1.2 A S CONCEPÇÕES DE EMPODERAMENTO ENVOLVENDO AS RELAÇÕES DE GÊNERO

1.2.3 Empoderamento e ação coletiva

38 Nesta corrente, o empoderamento abarca a emancipação política dos indivíduos por meio da ação coletiva, fortalecendo a ideia de ampliação da democracia. Em razão disso aponta-se para a atuação de mulheres e de homens como sujeitos constituintes da sociedade civil e como componentes de redes sociais com capacidade de criar novas institucionalidades e espaços participativos. Segundo Romano (2002), o processo de empoderamento que se desenvolve da ação coletiva deve advir das próprias pessoas e suas organizações que com apoio de outros grupos podem criar um ambiente favorável ao processo. Nesses termos, o autor coloca que as dimensões ideológicas e políticas devem ser levadas em conta diante de situações de dominação e opressão. Além disso, as relações de conflito e os desdobramentos do conflito devem ser compreendidos como um processo de mudança que se permeia em outras dimensões da vida de pessoas e grupos sociais envolvidos.

Nesta abordagem, Horochovski e Meirelles (2007) consideram o empoderamento como um processo político ativado por meio da ação coletiva de grupos organizados e em comunidades. A ação coletiva se mostra como uma das possibilidades para a construção de instrumentos de participação que lhes ofereçam voz, visibilidade e influência em processos de ação e decisão que dizem respeito aos seus interesses. Os autores apontam que para obtenção do poder de escolha em suas vidas, os sujeitos interessados em alterar condições de exclusão, as organizações, as instituições públicas e os movimentos sociais devem atuar em conjunto para a criação de novos espaços de poder e a inserção dos indivíduos naqueles espaços já existentes. Essa rede de relações sociais possui papel fundamental por trabalhar com temas de combate à exclusão, promoção dos direitos e do desenvolvimento local, tendo em vista a transformação das relações de poder nos níveis municipal, estadual e nacional.

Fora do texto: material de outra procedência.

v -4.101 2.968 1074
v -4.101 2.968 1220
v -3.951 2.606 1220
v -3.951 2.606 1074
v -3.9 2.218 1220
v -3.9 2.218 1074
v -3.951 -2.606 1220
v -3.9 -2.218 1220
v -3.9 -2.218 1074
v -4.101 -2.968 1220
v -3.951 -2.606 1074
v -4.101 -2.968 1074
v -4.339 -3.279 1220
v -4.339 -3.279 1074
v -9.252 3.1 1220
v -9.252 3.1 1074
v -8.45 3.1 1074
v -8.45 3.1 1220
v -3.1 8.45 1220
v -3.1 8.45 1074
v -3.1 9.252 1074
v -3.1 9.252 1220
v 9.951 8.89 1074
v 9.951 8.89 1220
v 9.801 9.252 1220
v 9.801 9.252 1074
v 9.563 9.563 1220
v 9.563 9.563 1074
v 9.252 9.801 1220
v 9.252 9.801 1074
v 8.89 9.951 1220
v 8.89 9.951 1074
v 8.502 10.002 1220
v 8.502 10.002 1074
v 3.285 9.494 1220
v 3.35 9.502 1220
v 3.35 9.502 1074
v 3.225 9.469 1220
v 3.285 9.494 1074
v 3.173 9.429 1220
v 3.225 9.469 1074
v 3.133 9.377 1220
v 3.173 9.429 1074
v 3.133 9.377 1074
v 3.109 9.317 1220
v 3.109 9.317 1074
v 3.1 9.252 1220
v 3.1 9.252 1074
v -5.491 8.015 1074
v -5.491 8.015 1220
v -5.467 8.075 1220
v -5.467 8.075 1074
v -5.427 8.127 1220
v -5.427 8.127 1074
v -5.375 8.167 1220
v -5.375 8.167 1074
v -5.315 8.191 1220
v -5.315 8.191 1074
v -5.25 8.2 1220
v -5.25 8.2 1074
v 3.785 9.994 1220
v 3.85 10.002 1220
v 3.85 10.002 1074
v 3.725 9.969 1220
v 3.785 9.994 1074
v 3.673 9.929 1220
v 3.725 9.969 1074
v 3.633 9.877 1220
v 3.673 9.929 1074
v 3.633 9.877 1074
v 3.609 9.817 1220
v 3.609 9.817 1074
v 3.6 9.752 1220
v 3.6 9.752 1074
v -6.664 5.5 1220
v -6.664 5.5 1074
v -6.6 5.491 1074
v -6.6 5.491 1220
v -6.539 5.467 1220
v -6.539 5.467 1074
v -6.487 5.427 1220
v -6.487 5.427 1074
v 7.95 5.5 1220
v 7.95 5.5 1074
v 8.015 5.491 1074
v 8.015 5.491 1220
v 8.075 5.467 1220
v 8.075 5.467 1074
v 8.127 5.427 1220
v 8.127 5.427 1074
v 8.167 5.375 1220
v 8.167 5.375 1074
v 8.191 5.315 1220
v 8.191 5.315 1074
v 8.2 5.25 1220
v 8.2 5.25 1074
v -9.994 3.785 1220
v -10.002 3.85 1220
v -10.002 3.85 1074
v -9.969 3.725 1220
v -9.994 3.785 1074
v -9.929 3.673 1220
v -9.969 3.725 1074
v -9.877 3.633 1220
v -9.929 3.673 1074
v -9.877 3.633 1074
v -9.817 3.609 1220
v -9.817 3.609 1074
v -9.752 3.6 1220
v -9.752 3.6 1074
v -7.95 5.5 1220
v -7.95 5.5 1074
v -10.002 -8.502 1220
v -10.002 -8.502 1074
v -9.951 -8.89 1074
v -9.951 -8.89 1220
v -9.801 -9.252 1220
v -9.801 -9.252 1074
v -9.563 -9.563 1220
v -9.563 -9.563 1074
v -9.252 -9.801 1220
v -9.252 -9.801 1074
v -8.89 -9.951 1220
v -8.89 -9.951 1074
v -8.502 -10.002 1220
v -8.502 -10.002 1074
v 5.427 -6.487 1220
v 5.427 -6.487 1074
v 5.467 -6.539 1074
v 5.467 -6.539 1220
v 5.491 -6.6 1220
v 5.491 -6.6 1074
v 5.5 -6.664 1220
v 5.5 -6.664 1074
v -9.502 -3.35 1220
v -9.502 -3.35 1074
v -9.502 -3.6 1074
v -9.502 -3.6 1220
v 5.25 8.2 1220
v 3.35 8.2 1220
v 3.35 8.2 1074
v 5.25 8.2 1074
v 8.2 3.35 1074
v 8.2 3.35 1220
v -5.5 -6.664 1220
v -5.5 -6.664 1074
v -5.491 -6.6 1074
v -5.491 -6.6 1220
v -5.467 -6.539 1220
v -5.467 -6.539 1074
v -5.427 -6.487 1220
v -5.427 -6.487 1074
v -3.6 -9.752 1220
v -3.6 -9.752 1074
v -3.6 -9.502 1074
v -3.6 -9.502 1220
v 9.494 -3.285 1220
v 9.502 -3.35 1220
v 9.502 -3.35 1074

Mediante estas ponderações Horochovski e Meirelles (2007, p. 494) esclarecem que ao se analisar o empoderamento e as suas categorias correlatas, como autonomia e emancipação, deve-se pensar que “(...) nunca se é totalmente autônomo ou emancipado (tampouco empoderado), pois todos os que vivem numa sociedade defrontam-se com coerções maiores ou menores”. Mas em termos de operacionalização das variáveis do empoderamento os autores apresentam algumas dimensões semelhantes as que já foram apresentadas anteriormente. O empoderamento individual articularia o indivíduo como detentor de recursos que permitam controlar suas vidas e decisões. Este nível vincula-se às condições psicológicas, auto estima, experiências vividas individualmente e relacionadas com os demais membros da família, comunidade. De acordo com os autores “(...) esta situação

39 ocorre muitas vezes com lideranças que saem positivamente em fóruns participativos e que aprendem a participar participando e se posicionam nas esferas públicas e coletivas” (HOROCHOVSKI E MEIRELLES, 2007, p. 495).

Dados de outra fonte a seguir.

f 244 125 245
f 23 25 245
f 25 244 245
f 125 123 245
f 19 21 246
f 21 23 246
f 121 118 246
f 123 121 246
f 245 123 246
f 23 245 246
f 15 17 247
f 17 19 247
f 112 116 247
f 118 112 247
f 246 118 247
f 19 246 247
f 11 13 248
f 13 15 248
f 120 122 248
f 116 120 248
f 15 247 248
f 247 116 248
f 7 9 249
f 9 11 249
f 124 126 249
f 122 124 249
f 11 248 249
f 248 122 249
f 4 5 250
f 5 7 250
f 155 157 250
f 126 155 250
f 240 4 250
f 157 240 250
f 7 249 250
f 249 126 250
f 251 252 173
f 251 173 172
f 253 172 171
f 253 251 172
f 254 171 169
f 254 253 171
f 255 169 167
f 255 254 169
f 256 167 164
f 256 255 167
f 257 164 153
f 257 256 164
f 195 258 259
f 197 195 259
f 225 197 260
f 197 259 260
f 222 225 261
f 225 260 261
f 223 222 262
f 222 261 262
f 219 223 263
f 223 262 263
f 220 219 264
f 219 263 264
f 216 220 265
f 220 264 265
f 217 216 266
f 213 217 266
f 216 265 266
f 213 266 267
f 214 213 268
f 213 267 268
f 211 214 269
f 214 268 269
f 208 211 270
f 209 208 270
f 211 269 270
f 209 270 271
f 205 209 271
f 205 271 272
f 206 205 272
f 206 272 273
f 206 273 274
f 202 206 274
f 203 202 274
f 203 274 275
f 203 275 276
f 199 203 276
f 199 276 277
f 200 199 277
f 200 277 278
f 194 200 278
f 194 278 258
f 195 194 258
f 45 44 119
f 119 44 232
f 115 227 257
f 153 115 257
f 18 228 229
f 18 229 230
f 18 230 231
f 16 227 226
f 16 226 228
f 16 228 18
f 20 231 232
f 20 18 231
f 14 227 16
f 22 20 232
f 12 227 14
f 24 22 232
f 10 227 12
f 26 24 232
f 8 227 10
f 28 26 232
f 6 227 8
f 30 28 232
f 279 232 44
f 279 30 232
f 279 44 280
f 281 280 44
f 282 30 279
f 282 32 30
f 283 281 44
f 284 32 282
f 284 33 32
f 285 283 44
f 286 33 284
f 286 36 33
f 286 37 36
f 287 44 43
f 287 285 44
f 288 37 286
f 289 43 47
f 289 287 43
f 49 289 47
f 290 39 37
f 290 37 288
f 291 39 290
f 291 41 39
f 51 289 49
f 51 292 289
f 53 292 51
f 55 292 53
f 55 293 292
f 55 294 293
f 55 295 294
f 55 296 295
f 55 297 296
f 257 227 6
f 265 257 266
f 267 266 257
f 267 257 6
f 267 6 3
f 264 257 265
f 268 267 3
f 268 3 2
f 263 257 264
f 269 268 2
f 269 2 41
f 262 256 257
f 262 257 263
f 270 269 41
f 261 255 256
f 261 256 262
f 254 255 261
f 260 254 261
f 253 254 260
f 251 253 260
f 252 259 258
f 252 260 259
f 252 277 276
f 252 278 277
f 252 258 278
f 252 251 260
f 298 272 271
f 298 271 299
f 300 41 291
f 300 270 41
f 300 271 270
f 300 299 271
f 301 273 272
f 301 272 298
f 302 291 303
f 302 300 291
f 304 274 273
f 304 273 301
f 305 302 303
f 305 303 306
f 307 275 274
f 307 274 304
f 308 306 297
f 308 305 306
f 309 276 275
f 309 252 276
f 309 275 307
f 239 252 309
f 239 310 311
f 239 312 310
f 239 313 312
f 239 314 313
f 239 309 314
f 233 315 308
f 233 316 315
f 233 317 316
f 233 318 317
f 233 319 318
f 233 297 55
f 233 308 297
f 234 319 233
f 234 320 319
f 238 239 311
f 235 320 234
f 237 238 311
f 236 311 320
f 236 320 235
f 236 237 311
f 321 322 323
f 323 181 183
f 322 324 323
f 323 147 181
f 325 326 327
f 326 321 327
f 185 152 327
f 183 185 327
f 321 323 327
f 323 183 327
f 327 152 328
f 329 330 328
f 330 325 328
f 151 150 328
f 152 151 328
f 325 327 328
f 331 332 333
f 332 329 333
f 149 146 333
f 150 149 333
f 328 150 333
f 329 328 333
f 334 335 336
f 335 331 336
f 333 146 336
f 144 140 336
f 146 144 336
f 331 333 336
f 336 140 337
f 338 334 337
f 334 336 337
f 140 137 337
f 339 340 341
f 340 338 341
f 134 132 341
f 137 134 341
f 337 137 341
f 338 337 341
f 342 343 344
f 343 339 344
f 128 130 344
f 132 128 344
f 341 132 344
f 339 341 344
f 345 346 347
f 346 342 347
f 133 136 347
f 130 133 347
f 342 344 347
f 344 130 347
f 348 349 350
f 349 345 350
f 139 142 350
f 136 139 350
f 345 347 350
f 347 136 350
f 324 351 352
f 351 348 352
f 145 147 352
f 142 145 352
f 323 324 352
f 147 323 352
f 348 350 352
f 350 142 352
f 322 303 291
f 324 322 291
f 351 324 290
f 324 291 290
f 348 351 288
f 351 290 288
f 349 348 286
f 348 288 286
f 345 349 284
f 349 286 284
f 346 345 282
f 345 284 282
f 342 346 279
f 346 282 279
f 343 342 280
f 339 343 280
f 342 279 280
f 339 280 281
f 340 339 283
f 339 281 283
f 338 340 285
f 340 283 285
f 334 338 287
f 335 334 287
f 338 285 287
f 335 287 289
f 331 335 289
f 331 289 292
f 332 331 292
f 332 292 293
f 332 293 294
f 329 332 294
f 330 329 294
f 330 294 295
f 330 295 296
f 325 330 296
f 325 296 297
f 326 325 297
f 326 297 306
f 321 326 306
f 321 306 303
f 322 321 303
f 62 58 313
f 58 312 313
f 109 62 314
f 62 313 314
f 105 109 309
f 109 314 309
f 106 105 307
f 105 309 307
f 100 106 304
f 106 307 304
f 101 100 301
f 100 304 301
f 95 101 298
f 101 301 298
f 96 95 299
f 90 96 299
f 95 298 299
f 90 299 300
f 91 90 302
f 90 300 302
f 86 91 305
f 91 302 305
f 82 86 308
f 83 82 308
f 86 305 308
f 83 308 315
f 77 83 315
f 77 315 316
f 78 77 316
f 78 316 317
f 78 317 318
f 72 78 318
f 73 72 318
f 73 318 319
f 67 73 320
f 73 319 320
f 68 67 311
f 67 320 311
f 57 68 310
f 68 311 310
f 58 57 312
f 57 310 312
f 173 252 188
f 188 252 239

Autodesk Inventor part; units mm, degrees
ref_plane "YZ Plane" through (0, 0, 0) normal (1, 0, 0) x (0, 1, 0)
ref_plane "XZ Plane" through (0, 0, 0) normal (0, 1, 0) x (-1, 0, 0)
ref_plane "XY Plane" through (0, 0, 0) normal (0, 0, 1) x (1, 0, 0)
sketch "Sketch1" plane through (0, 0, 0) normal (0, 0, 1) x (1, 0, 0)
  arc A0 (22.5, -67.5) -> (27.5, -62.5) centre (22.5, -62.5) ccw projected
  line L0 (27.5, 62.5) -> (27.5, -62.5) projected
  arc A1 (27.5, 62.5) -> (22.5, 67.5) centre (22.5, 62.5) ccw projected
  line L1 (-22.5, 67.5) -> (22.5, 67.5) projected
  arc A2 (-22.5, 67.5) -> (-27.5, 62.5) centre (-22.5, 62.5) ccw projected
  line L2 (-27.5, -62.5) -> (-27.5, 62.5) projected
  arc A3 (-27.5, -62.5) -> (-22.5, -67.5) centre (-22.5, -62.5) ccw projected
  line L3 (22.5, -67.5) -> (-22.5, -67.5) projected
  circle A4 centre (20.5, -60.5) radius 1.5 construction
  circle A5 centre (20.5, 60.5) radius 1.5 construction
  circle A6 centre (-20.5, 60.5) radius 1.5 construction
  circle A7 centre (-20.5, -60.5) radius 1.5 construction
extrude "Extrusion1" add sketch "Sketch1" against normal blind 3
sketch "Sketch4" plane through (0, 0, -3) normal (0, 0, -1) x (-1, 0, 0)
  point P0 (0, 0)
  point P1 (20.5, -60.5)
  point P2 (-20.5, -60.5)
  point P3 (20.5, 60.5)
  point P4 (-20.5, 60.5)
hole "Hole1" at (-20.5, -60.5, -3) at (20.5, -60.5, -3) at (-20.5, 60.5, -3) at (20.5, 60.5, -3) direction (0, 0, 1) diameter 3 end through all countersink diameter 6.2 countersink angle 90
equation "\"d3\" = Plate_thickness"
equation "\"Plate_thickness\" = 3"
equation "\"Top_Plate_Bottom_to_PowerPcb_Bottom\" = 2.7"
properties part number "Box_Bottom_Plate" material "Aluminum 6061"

O empoderamento organizacional ocorre na e pela organização, não importando o tipo, demonstrando-se por meio do compartilhamento de poder de decisão, na qual os membros participam de forma direta das decisões do grupo, entendendo todo o processo, dividindo tarefas. E por último o empoderamento comunitário seria capaz de condensar os processos individuais ou coletivos, por meio de instâncias participativas, conseguindo construir uma agenda com desejos e ações que auxiliam o grupo alcançar o objetivo traçado coletivamente.

Há de se destacar que esses processos não ocorrem de maneira harmoniosa, pois existem os conflitos de interesses, mas esses conflitos devem ser solucionados de uma maneira que a finalidade de acessar recursos governamentais e comunitários não se perca em meio a esses desacordos. Gohn (2004) faz uma ressalva de que o empoderamento se apresentaria com dois sentidos que sinalizariam diferenciações e demonstraria o caráter não universal do empoderamento:

Tanto poderá estar referindo-se ao processo de mobilizações e práticas destinadas a promover e impulsionar grupos e comunidades - no sentido de seu crescimento, autonomia, melhora gradual e progressiva de suas vidas (material e como seres humanos dotados de uma visão crítica da realidade social); como poderá referir-se a ações destinadas a promover simplesmente a pura integração dos excluídos, carentes e demandatários de bens elementares à sobrevivência, serviços públicos, atenção pessoal etc., em sistemas precários, que não contribui para organizá-los – porque os atendem individualmente, numa ciranda interminável de projetos de ações sociais assistenciais (GOHN, 2004, p.23).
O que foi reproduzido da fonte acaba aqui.